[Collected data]
^^^^^^^^
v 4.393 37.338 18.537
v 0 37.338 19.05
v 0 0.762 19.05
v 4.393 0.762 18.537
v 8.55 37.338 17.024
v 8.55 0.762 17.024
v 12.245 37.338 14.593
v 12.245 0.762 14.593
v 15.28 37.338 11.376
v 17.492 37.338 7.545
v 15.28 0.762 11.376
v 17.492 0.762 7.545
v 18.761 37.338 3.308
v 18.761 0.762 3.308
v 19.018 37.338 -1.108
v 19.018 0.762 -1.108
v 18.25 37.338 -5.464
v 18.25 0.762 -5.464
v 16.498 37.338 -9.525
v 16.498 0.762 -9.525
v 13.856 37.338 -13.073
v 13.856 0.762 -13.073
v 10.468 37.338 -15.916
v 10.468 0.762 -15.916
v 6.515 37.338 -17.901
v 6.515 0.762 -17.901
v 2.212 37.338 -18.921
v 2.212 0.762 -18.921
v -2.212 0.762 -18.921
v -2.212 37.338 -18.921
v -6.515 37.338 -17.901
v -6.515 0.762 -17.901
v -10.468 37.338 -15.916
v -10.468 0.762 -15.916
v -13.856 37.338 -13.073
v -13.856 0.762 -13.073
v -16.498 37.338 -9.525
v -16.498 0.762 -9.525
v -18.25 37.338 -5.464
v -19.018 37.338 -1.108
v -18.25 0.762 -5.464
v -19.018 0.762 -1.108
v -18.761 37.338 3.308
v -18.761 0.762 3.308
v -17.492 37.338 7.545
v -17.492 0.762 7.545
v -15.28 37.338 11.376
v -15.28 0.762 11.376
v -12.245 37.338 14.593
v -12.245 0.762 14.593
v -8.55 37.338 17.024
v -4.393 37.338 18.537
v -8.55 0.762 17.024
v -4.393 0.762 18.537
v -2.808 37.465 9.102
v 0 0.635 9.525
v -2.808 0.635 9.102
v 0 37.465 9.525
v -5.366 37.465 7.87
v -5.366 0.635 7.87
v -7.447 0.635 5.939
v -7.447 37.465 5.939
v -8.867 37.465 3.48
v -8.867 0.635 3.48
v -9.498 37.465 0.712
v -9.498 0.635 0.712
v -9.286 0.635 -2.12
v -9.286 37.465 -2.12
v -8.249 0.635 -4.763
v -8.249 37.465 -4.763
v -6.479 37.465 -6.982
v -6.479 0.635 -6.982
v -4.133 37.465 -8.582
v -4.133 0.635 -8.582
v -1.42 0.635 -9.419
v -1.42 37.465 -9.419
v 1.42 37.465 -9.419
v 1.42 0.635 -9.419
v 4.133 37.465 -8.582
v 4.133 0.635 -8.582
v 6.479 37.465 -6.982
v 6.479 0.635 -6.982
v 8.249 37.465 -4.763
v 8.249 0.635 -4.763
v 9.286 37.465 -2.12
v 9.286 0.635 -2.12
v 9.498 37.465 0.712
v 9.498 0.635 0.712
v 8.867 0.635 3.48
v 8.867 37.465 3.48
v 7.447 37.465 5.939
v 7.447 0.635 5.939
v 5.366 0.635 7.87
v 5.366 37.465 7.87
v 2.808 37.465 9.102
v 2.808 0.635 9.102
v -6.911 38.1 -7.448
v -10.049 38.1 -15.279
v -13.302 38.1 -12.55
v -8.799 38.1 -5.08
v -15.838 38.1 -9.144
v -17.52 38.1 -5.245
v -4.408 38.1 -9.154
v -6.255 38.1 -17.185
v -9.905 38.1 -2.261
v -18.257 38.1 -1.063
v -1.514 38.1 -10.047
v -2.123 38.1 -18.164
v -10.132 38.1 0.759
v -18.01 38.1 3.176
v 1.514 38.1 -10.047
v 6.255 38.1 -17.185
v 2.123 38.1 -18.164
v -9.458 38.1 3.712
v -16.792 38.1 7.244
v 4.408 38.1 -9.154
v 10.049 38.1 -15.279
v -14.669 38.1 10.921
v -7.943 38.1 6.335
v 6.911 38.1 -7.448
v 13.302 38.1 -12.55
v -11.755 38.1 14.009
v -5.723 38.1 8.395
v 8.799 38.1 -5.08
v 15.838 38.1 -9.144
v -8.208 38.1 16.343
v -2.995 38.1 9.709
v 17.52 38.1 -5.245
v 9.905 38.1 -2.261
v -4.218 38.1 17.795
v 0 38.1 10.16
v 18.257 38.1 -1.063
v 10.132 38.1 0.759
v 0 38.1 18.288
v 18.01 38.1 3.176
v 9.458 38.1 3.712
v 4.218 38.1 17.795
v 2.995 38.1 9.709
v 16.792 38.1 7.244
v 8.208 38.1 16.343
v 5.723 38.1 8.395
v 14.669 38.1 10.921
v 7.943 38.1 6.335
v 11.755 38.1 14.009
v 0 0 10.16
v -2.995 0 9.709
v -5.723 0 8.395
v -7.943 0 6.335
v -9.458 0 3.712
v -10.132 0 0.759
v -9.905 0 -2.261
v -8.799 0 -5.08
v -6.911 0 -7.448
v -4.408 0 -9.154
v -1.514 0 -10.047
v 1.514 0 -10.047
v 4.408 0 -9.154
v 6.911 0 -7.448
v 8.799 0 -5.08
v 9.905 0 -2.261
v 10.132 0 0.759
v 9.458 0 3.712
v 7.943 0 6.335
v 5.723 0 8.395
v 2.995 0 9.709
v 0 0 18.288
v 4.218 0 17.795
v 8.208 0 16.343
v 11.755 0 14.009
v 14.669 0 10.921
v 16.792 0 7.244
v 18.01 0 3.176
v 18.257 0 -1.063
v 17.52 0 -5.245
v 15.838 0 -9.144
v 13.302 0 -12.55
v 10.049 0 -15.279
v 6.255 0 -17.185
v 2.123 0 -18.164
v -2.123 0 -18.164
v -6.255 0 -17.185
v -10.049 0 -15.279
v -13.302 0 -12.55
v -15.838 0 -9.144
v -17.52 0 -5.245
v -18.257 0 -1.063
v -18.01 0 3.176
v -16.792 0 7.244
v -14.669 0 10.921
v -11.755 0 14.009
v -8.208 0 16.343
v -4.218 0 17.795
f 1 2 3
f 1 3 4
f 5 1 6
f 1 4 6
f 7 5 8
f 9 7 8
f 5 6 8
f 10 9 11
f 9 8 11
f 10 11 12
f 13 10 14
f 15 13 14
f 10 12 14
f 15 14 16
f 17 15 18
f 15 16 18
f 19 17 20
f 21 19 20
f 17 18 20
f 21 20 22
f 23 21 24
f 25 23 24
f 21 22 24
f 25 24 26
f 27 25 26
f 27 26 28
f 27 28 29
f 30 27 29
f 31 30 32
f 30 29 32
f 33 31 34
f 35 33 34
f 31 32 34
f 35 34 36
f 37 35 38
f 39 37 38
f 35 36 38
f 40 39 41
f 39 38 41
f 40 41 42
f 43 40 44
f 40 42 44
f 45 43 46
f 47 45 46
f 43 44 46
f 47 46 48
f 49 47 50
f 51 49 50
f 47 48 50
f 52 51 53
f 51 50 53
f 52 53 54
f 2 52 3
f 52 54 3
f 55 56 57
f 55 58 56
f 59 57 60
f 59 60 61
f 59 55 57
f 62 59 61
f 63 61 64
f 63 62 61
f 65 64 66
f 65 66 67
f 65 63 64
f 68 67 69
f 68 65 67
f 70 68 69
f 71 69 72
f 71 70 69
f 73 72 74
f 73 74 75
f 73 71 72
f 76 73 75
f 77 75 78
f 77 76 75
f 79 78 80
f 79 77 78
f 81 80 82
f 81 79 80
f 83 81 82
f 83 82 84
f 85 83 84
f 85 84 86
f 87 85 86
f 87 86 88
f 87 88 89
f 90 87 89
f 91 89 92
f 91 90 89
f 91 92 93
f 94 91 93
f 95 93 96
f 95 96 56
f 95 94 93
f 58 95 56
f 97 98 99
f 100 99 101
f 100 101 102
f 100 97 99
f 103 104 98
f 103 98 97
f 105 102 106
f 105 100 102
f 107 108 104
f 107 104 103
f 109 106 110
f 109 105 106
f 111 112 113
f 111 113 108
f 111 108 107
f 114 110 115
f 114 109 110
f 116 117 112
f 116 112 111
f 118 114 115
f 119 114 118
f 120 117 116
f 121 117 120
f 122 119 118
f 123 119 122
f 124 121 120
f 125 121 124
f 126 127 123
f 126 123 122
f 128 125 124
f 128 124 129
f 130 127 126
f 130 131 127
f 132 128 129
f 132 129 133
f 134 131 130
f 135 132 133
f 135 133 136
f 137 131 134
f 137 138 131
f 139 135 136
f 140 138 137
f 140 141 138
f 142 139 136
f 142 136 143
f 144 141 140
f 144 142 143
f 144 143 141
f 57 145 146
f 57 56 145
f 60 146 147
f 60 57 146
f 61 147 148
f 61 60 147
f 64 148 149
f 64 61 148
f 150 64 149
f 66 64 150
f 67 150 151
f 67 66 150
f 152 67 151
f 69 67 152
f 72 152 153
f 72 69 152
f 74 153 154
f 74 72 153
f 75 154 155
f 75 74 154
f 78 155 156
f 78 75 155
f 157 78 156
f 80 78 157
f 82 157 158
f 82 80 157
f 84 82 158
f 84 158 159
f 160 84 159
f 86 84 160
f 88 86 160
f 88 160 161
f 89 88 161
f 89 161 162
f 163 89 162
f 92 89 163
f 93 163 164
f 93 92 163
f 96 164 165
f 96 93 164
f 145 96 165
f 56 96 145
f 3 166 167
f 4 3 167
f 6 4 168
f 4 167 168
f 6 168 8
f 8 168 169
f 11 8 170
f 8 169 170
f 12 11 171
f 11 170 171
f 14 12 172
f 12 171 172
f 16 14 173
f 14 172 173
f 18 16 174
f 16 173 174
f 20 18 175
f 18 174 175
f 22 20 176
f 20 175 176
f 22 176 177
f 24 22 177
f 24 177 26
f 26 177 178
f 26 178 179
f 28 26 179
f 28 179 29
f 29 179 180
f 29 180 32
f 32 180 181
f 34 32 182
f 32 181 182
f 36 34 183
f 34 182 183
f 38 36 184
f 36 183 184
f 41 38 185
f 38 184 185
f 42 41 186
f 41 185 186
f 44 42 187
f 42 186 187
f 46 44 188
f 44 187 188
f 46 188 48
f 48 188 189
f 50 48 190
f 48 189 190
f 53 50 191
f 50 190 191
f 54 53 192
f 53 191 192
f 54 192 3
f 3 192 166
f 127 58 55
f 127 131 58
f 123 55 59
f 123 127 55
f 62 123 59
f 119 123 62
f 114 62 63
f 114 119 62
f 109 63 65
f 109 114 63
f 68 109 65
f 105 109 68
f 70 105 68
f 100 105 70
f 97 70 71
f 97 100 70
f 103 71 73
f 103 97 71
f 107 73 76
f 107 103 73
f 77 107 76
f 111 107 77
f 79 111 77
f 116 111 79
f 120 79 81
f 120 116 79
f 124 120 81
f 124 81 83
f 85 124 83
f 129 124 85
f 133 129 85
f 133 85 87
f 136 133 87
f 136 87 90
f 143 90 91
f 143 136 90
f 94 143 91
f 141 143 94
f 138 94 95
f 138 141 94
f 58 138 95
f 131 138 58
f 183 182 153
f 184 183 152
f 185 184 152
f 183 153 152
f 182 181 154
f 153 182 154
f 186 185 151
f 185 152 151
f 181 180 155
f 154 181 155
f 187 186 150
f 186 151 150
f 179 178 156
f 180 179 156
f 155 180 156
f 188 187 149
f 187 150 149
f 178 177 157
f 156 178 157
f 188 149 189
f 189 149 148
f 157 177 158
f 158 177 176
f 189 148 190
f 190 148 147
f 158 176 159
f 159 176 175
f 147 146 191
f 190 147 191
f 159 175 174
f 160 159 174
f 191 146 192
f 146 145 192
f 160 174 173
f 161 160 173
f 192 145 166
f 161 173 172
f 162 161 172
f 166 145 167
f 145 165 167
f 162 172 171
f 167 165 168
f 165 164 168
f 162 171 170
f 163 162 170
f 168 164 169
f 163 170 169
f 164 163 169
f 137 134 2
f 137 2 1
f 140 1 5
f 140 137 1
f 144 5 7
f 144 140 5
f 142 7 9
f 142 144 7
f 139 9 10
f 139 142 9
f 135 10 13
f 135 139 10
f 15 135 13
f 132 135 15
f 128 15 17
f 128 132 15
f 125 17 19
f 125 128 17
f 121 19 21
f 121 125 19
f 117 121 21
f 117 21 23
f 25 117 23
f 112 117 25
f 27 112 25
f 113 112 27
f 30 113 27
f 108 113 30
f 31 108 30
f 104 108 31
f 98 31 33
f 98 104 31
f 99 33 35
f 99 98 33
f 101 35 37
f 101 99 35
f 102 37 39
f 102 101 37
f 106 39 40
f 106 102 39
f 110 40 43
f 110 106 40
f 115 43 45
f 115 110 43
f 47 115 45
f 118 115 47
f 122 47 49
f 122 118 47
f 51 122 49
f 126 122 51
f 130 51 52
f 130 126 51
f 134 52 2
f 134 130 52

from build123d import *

# Parameters (mm, degrees)
SKETCH1_R      = 19.05
EXTRUDE1_DEPTH = 38.1
CHAMFER1_SIZE  = 0.762


with BuildPart() as part:
    # Sketch1 → Extrude1 (new body)
    with BuildSketch(Plane(origin=(0, 0, 0), x_dir=(1, 0, 0), z_dir=(0, 1, 0))):
        with Locations(Location((0, 0, 0), (0, 0, 270))):  # turned: the seam where the file's is
            Circle(SKETCH1_R)
    extrude(amount=EXTRUDE1_DEPTH)

    # Sketch2 → 3/4 (0.75) Diameter Hole1 (revolve, cut)
    with BuildSketch(Plane(origin=(0, 38.1, 0), x_dir=(0, 0, 1), z_dir=(1, 0, 0))):
        Polygon((0, 0), (0, 38.1), (10.16, 38.1), (9.525, 37.465), (9.525, 0.635), (10.16, 0), align=None)
    revolve(axis=Axis((0, 44.45, 0), (0, -1, 0)), mode=Mode.SUBTRACT)

    # Chamfer1
    chamfer1_edges = [part.edges().sort_by_distance(p)[0] for p in [
        (0, 0, -19.05),
        (0, 38.1, -19.05),
    ]]
    chamfer(chamfer1_edges, length=CHAMFER1_SIZE)


solid = part.part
^^^^^^^^
## REQUIRED ACTION
The lines above from the one with "f 84 82 158" through the one with "f 20 18 175" are to be duplicated exactly, ends included, with nothing added.

## SOLUTION
f 84 82 158
f 84 158 159
f 160 84 159
f 86 84 160
f 88 86 160
f 88 160 161
f 89 88 161
f 89 161 162
f 163 89 162
f 92 89 163
f 93 163 164
f 93 92 163
f 96 164 165
f 96 93 164
f 145 96 165
f 56 96 145
f 3 166 167
f 4 3 167
f 6 4 168
f 4 167 168
f 6 168 8
f 8 168 169
f 11 8 170
f 8 169 170
f 12 11 171
f 11 170 171
f 14 12 172
f 12 171 172
f 16 14 173
f 14 172 173
f 18 16 174
f 16 173 174
f 20 18 175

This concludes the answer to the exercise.